3 Benefits of Reflective Writing

Now you can see how reflective writing can be incorporated into your daily schedule to help create a sense of calm in your life. Here are some additional long-term benefits that you can expect to see from practicing reflecting writing. Remember, very few positive changes happen overnight, so be sure to give yourself time for a habit to be formed before giving up on this ongoing practice. You can use your notebook as a habit tracker to keep yourself accountable for your new habit. As time progresses, you will see the benefits that will boost your personal awareness and your efficiency.

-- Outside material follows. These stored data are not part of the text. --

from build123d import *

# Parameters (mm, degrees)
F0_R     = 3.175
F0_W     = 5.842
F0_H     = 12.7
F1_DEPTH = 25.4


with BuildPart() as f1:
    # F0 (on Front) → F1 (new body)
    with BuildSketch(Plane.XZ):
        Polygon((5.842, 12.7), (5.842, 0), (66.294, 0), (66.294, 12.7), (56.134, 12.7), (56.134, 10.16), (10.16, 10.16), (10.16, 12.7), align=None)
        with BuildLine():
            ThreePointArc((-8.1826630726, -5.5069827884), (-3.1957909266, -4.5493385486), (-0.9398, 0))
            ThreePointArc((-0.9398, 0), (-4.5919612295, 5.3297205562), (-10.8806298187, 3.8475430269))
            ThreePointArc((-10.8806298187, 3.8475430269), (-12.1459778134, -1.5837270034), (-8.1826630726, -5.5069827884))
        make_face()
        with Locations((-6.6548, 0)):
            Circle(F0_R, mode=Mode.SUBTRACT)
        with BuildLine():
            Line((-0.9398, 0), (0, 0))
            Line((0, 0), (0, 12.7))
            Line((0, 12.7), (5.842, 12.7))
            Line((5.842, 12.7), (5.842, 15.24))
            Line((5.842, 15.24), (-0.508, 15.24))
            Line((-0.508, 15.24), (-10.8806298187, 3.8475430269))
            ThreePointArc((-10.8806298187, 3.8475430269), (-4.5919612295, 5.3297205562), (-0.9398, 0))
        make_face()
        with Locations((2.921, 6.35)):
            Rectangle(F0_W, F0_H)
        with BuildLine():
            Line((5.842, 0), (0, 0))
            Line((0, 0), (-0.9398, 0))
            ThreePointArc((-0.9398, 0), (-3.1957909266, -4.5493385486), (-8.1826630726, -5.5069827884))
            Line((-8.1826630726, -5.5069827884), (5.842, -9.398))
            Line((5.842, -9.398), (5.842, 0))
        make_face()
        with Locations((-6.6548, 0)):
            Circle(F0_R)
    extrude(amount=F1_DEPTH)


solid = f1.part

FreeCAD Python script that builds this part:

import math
import FreeCAD as App
import Part
import Sketcher
from FreeCAD import Vector
Q = App.Units.Quantity

doc = App.newDocument("Part")
body = doc.addObject("PartDesign::Body", "Body")

# Sketch on XZ plane
sketch1 = doc.addObject("Sketcher::SketchObject", "Sketch")
body.addObject(sketch1)
sketch1.AttachmentSupport = (doc.XZ_Plane, [""])
sketch1.MapMode = "FlatFace"
sketch1.addGeometry([
    Part.LineSegment(Vector(66.3, 0, 0), Vector(66.3, 12.7, 0)),  # 0
    Part.LineSegment(Vector(66.3, 12.7, 0), Vector(56.1, 12.7, 0)),  # 1
    Part.LineSegment(Vector(56.1, 12.7, 0), Vector(56.1, 10.2, 0)),  # 2
    Part.LineSegment(Vector(56.1, 10.2, 0), Vector(10.2, 10.2, 0)),  # 3
    Part.LineSegment(Vector(10.2, 10.2, 0), Vector(10.2, 12.7, 0)),  # 4
    Part.LineSegment(Vector(10.2, 12.7, 0), Vector(5.8, 12.7, 0)),  # 5
    Part.LineSegment(Vector(5.8, 12.7, 0), Vector(5.8, 15.2, 0)),  # 6
    Part.LineSegment(Vector(5.8, 15.2, 0), Vector(-0.5, 15.2, 0)),  # 7
    Part.LineSegment(Vector(-0.5, 15.2, 0), Vector(-10.9, 3.8, 0)),  # 8
    Part.ArcOfCircle(Part.Circle(Vector(-6.7, 0, 0), Vector(0, 0, 1), 5.7), math.radians(138), math.radians(254)),  # 9
    Part.LineSegment(Vector(-8.2, -5.5, 0), Vector(5.8, -9.4, 0)),  # 10
    Part.LineSegment(Vector(5.8, -9.4, 0), Vector(5.8, 0, 0)),  # 11
    Part.LineSegment(Vector(5.8, 0, 0), Vector(66.3, 0, 0)),  # 12
], False)
sketch1.addConstraint([
    Sketcher.Constraint("Coincident", 0, 2, 1, 1),
    Sketcher.Constraint("Coincident", 1, 2, 2, 1),
    Sketcher.Constraint("Coincident", 2, 2, 3, 1),
    Sketcher.Constraint("Coincident", 3, 2, 4, 1),
    Sketcher.Constraint("Coincident", 4, 2, 5, 1),
    Sketcher.Constraint("Coincident", 5, 2, 6, 1),
    Sketcher.Constraint("Coincident", 6, 2, 7, 1),
    Sketcher.Constraint("Coincident", 7, 2, 8, 1),
    Sketcher.Constraint("Tangent", 8, 2, 9, 1),
    Sketcher.Constraint("Tangent", 9, 2, 10, 1),
    Sketcher.Constraint("Coincident", 10, 2, 11, 1),
    Sketcher.Constraint("Coincident", 11, 2, 12, 1),
    Sketcher.Constraint("Coincident", 12, 2, 0, 1),
    Sketcher.Constraint("Vertical", 0),
    Sketcher.Constraint("Horizontal", 1),
    Sketcher.Constraint("Vertical", 2),
    Sketcher.Constraint("Horizontal", 3),
    Sketcher.Constraint("Vertical", 4),
    Sketcher.Constraint("Horizontal", 5),
    Sketcher.Constraint("Vertical", 6),
    Sketcher.Constraint("Horizontal", 7),
    Sketcher.Constraint("Vertical", 11),
    Sketcher.Constraint("Horizontal", 12),
    Sketcher.Constraint("PointOnObject", 9, 3, -1),
    Sketcher.Constraint("PointOnObject", 11, 2, -1),
    Sketcher.Constraint("Horizontal", 1, 2, 4, 2),
    Sketcher.Constraint("Vertical", 6, 2, 10, 2),
    Sketcher.Constraint("Equal", 4, 6),
    Sketcher.Constraint("DistanceX", 1, 2, 1, 1, Q("0.4 in")),
    Sketcher.Constraint("DistanceY", 0, 1, 0, 2, Q("0.5 in")),
    Sketcher.Constraint("DistanceY", 2, 2, 2, 1, Q("0.1 in")),
    Sketcher.Constraint("Radius", 9, Q("0.225 in")),
    Sketcher.Constraint("DistanceX", 3, 2, 3, 1, Q("1.81 in")),
    Sketcher.Constraint("DistanceX", 5, 2, 5, 1, Q("0.17 in")),
    Sketcher.Constraint("DistanceX", 7, 2, 7, 1, Q("0.25 in")),
    Sketcher.Constraint("DistanceY", 11, 1, 11, 2, Q("0.37 in")),
    Sketcher.Constraint("DistanceX", -1, 1, 3, 2, Q("0.4 in")),
    Sketcher.Constraint("DistanceX", 9, 3, -1, 1, Q("0.262 in")),
])
pad1 = doc.addObject("PartDesign::Pad", "Pad")
body.addObject(pad1)
pad1.Profile = sketch1
pad1.Length = Q("1 in")

doc.recompute()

Once you become comfortable with the practice of daily writing, all of those minor (and major!) frustrations will flow onto the paper — and out of your mind. This process of decluttering your brain helps you by lifting the weight from your mind and freeing you up to simply be present with family and friends. Looking for other great ways to clear your mind? Try meditation.

You know all of those things you wished you could say — but didn’t? Let them flow out onto your paper . . . which you will then never share with another soul. Even though your keeping these words to yourself, seeing these frustrations in writing can help bring perspective and perhaps see the other side of arguments. Understanding how others approach a topic allows you to be a more effective and patient communicator in the future.

Are there big, scary goals that you want to accomplish? There’s no time like the present to start free-flowing your ideas onto paper. You might be surprised to find that perfect golden nugget when you going back later and read these ideas. Your mind has a way of relating tidbits of information when ideas are flowing freely onto paper. If nothing else, you’re getting the ideas out of your head and somewhere that they can be reviewed — and acted upon!